P.S. It would be helpful if I got an answer before the weekend . Im leaving saturday morning to go camping with a couple friends .

----------


## natertot

Cameron,

Most of us here that do the bag stuff usually have more then one bag. (That is grossly understated!) When I go for an excursion for a few days or so in the woods, I actually travel with a large ALICE that weighs around 50lbs. Okay to get in and out of the woods in, but like you, I don't want to carry that thing around for every little walk. I bring on those trips a small camo shoulder bag. I put things in it from my ALICE when I venture out from the camp after it is set up. Always have a small first aid kit in it, flashlight, knife, and some cordage. If I am going fishing, I'll put my fishing kit in it. If I'm hunting, I'll put some ammo in it. If I'm just exploring, I'll put my binoculars in it. 

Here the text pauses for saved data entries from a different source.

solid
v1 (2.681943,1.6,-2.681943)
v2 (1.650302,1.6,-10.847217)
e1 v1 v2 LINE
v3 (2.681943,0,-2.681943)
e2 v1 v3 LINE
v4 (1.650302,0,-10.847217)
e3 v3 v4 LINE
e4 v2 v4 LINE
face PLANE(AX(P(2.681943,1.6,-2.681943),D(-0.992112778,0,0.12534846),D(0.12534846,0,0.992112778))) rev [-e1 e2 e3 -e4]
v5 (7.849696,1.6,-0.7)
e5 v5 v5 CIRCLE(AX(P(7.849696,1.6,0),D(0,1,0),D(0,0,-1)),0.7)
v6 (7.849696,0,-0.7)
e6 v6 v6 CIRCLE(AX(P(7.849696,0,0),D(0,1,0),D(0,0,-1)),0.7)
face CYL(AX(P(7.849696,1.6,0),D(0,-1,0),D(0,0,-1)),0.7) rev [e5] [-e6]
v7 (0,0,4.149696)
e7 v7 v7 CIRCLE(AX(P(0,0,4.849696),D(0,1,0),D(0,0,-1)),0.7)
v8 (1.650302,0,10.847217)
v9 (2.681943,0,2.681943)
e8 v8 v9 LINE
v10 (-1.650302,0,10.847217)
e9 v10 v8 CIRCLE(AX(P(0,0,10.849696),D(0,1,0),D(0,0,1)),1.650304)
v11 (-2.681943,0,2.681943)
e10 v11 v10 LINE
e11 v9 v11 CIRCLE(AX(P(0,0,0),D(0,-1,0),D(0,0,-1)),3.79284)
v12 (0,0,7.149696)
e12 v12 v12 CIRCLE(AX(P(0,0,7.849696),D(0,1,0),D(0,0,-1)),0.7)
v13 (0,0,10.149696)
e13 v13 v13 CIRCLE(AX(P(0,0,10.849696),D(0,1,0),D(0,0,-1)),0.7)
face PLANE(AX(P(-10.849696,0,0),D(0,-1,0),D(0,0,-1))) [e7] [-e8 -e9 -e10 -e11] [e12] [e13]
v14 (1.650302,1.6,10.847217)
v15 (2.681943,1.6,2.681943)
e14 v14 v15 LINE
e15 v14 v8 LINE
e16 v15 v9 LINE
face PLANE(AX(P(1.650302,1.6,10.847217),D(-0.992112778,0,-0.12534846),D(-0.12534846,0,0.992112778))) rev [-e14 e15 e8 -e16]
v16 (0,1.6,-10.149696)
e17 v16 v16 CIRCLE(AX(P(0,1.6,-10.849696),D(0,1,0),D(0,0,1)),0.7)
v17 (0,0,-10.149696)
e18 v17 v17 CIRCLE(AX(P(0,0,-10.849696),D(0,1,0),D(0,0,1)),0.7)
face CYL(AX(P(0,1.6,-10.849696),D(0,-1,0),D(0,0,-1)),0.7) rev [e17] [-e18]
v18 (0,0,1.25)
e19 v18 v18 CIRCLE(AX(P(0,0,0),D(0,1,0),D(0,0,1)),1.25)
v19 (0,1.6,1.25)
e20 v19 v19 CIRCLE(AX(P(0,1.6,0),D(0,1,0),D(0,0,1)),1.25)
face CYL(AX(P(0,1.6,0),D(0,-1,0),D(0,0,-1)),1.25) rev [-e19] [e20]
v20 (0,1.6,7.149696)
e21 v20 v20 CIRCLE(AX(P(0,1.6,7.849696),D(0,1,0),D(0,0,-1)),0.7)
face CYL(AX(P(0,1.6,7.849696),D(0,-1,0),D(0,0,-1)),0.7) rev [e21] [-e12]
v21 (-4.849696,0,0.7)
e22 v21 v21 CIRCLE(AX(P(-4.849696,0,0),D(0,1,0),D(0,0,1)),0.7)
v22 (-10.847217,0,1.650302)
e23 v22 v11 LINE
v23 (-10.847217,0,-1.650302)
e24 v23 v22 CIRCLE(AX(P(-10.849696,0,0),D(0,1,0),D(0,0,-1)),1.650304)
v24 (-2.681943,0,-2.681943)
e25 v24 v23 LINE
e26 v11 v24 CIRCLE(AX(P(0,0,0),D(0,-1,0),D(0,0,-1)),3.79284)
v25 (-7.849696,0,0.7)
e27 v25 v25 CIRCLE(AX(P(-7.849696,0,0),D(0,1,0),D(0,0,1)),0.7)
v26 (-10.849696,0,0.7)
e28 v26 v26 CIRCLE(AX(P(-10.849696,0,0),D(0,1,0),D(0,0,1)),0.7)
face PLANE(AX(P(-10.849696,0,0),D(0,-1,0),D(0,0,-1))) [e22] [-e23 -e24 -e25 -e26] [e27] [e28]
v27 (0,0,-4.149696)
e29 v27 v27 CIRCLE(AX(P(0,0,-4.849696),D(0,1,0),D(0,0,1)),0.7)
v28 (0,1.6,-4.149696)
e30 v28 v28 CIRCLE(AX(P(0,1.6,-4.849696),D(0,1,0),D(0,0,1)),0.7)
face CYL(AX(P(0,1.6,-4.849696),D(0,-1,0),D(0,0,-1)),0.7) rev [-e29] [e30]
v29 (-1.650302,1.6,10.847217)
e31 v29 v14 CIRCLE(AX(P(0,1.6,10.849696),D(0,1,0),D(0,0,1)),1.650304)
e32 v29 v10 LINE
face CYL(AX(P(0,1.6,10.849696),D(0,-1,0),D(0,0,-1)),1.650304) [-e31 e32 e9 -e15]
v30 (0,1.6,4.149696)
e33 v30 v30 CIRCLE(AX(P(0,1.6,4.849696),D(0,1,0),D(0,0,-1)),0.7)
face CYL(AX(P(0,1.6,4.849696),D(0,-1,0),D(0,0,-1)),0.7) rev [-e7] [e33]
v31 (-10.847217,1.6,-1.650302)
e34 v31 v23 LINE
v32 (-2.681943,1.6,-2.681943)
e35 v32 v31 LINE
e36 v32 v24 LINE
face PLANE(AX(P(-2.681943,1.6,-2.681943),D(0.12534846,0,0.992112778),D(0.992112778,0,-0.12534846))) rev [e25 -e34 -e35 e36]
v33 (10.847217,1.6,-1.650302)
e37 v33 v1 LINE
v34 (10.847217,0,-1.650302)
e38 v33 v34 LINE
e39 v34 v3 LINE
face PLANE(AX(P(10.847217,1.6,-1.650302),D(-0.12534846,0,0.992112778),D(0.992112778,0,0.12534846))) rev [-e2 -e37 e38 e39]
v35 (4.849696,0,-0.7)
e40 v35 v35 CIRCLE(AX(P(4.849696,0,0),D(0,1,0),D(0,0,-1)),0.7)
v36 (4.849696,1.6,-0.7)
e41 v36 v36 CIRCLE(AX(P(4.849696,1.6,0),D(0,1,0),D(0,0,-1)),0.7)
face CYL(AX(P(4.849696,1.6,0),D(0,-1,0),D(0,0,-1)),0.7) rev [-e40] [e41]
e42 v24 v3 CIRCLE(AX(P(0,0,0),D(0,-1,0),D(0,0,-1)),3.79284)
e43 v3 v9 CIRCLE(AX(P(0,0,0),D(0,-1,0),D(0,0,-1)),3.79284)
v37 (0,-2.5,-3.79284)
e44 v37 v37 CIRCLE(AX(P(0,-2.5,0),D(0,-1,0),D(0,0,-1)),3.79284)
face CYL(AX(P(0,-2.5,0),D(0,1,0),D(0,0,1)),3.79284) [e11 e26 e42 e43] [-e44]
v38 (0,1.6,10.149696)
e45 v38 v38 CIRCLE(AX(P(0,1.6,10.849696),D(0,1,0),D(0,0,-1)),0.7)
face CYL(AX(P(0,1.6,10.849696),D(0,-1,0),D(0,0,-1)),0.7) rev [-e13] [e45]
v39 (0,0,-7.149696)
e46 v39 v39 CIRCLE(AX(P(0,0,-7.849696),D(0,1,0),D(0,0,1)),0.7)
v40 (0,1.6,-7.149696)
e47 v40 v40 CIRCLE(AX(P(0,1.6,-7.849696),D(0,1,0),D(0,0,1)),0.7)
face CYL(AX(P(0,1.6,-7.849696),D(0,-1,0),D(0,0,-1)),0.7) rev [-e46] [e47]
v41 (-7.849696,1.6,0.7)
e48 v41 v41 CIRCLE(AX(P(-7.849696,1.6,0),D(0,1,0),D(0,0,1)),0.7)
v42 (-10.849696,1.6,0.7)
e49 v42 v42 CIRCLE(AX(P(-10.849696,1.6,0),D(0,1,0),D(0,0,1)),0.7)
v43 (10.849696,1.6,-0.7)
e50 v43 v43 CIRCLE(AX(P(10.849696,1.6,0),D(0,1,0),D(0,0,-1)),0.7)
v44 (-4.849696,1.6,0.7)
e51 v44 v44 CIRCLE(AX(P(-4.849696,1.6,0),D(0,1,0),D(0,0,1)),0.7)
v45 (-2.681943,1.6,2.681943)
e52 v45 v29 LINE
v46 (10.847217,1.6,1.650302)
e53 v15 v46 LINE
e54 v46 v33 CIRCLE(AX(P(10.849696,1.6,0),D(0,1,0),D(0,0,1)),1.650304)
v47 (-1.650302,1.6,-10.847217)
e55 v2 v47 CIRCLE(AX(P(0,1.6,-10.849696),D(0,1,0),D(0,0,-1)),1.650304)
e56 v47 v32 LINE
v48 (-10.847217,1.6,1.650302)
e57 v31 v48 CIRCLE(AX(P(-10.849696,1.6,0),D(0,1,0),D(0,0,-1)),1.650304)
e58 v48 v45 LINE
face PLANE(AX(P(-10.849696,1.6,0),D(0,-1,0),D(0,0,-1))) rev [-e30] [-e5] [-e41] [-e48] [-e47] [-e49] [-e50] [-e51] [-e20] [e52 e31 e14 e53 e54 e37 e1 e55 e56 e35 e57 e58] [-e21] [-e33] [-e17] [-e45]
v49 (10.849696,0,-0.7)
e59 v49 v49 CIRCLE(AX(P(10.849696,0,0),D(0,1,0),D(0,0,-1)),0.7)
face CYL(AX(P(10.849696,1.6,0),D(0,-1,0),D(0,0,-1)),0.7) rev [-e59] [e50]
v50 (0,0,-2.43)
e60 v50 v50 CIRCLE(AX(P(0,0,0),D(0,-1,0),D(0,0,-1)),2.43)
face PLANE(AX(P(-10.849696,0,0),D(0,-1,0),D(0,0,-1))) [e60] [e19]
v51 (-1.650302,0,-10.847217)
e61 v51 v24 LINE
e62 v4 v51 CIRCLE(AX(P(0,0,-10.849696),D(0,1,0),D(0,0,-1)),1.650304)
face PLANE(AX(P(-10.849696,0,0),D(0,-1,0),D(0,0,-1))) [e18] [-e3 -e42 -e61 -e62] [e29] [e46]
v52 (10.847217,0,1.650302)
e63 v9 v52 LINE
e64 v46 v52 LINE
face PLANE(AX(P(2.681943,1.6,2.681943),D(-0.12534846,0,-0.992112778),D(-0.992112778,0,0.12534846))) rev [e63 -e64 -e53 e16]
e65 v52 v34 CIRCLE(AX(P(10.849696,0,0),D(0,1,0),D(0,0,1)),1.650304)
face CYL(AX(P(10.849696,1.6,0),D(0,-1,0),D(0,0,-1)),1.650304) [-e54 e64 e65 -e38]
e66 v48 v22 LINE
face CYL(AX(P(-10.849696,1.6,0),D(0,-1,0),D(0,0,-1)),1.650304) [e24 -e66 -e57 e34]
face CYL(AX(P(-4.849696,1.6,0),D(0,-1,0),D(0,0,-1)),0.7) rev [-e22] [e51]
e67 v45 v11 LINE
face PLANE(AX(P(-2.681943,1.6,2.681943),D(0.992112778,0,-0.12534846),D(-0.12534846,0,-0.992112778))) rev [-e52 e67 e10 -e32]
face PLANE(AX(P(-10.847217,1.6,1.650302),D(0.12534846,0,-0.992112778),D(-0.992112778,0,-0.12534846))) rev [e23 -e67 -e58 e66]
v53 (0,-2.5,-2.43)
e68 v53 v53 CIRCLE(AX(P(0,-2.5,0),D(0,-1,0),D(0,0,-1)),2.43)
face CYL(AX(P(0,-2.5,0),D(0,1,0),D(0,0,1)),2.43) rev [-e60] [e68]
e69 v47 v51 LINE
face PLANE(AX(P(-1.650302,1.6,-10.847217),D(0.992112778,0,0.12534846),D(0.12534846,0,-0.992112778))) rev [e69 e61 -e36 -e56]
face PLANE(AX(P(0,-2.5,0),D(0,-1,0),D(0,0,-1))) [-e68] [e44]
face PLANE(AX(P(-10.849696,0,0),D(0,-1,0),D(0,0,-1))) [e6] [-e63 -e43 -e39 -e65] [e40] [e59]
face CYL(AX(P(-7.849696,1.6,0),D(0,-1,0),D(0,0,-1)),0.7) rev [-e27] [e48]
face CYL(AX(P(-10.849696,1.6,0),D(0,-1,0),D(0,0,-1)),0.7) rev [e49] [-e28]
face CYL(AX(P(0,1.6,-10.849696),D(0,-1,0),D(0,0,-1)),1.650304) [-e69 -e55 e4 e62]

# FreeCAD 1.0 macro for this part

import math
import FreeCAD as App
import Part
import Sketcher
from FreeCAD import Vector

doc = App.newDocument("Part")
body = doc.addObject("PartDesign::Body", "Body")

sketch1 = body.newObject("Sketcher::SketchObject", "Sketch")
sketch1.AttachmentSupport = (doc.getObject("XZ_Plane"), [""])
sketch1.MapMode = "FlatFace"
sketch1.addGeometry([
    Part.LineSegment(Vector(-10.847217, 1.650302, 0), Vector(-2.681943, 2.681943, 0)),
    Part.LineSegment(Vector(-2.681943, 2.681943, 0), Vector(-1.650302, 10.847217, 0)),
    Part.ArcOfCircle(Part.Circle(Vector(0, 10.849696, 0), Vector(0, 0, 1), 1.650304), math.radians(-0.086069), math.radians(180.086069)),
    Part.LineSegment(Vector(1.650302, 10.847217, 0), Vector(2.681943, 2.681943, 0)),
    Part.LineSegment(Vector(2.681943, 2.681943, 0), Vector(10.847217, 1.650302, 0)),
    Part.ArcOfCircle(Part.Circle(Vector(10.849696, 0, 0), Vector(0, 0, 1), 1.650304), math.radians(-90.086069), math.radians(90.086069)),
    Part.LineSegment(Vector(10.847217, -1.650302, 0), Vector(2.681943, -2.681943, 0)),
    Part.LineSegment(Vector(2.681943, -2.681943, 0), Vector(1.650302, -10.847217, 0)),
    Part.ArcOfCircle(Part.Circle(Vector(0, -10.849696, 0), Vector(0, 0, 1), 1.650304), math.radians(179.913931), math.radians(360.086069)),
    Part.LineSegment(Vector(-1.650302, -10.847217, 0), Vector(-2.681943, -2.681943, 0)),
    Part.LineSegment(Vector(-2.681943, -2.681943, 0), Vector(-10.847217, -1.650302, 0)),
    Part.ArcOfCircle(Part.Circle(Vector(-10.849696, 0, 0), Vector(0, 0, 1), 1.650304), math.radians(89.913931), math.radians(270.086069)),
    Part.Circle(Vector(0, 10.849696, 0), Vector(0, 0, 1), 0.7),
    Part.Circle(Vector(0, 7.849696, 0), Vector(0, 0, 1), 0.7),
    Part.Circle(Vector(0, 4.849696, 0), Vector(0, 0, 1), 0.7),
    Part.Circle(Vector(-10.849696, 0, 0), Vector(0, 0, 1), 0.7),
    Part.Circle(Vector(-7.849696, 0, 0), Vector(0, 0, 1), 0.7),
    Part.Circle(Vector(-4.849696, 0, 0), Vector(0, 0, 1), 0.7),
    Part.Circle(Vector(0, 0, 0), Vector(0, 0, 1), 1.25),
    Part.Circle(Vector(4.849696, 0, 0), Vector(0, 0, 1), 0.7),
    Part.Circle(Vector(0, -4.849696, 0), Vector(0, 0, 1), 0.7),
    Part.Circle(Vector(7.849696, 0, 0), Vector(0, 0, 1), 0.7),
    Part.Circle(Vector(10.849696, 0, 0), Vector(0, 0, 1), 0.7),
    Part.Circle(Vector(0, -7.849696, 0), Vector(0, 0, 1), 0.7),
    Part.Circle(Vector(0, -10.849696, 0), Vector(0, 0, 1), 0.7),
], False)
sketch1.addConstraint([
    Sketcher.Constraint("Coincident", 0, 2, 1, 1),
    Sketcher.Constraint("Coincident", 1, 2, 2, 2),
    Sketcher.Constraint("Coincident", 2, 1, 3, 1),
    Sketcher.Constraint("Coincident", 3, 2, 4, 1),
    Sketcher.Constraint("Coincident", 4, 2, 5, 2),
    Sketcher.Constraint("Coincident", 5, 1, 6, 1),
    Sketcher.Constraint("Coincident", 6, 2, 7, 1),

For a day hike, I have small ALICE that I use. Contains many things that I take on my camping trip, minus the camping gear and less quantities that are just right for a day hike. A small first aid kit, flashlight, knife, fishing kit, a bit of food, water, fire kit, canteen cup, poncho, and a change of socks. Weighs about 15lbs and can hump that all day!

----------


## Cameron_May27

Another great answer by you . I always wondered about having anothe bag but did want to start all over . This answer solved it for me . In fact I already started on my minimist bag . Cant wait to go test it in the woods . Thanks for all your great answers . I really appreciate it . And also what goes in your fire kit ?

----------


## natertot

> Another great answer by you . I always wondered about having anothe bag but did want to start all over . This answer solved it for me . In fact I already started on my minimist bag . Cant wait to go test it in the woods . Thanks for all your great answers . I really appreciate it . And also what goes in your fire kit ?


For my small day hike bag, my fire kit is matches in a small container, lighter (Bic type), Petro Jelly soaked cotton balls in a small pill bottle, and an Altoids tin filled with small bits of fatwood. 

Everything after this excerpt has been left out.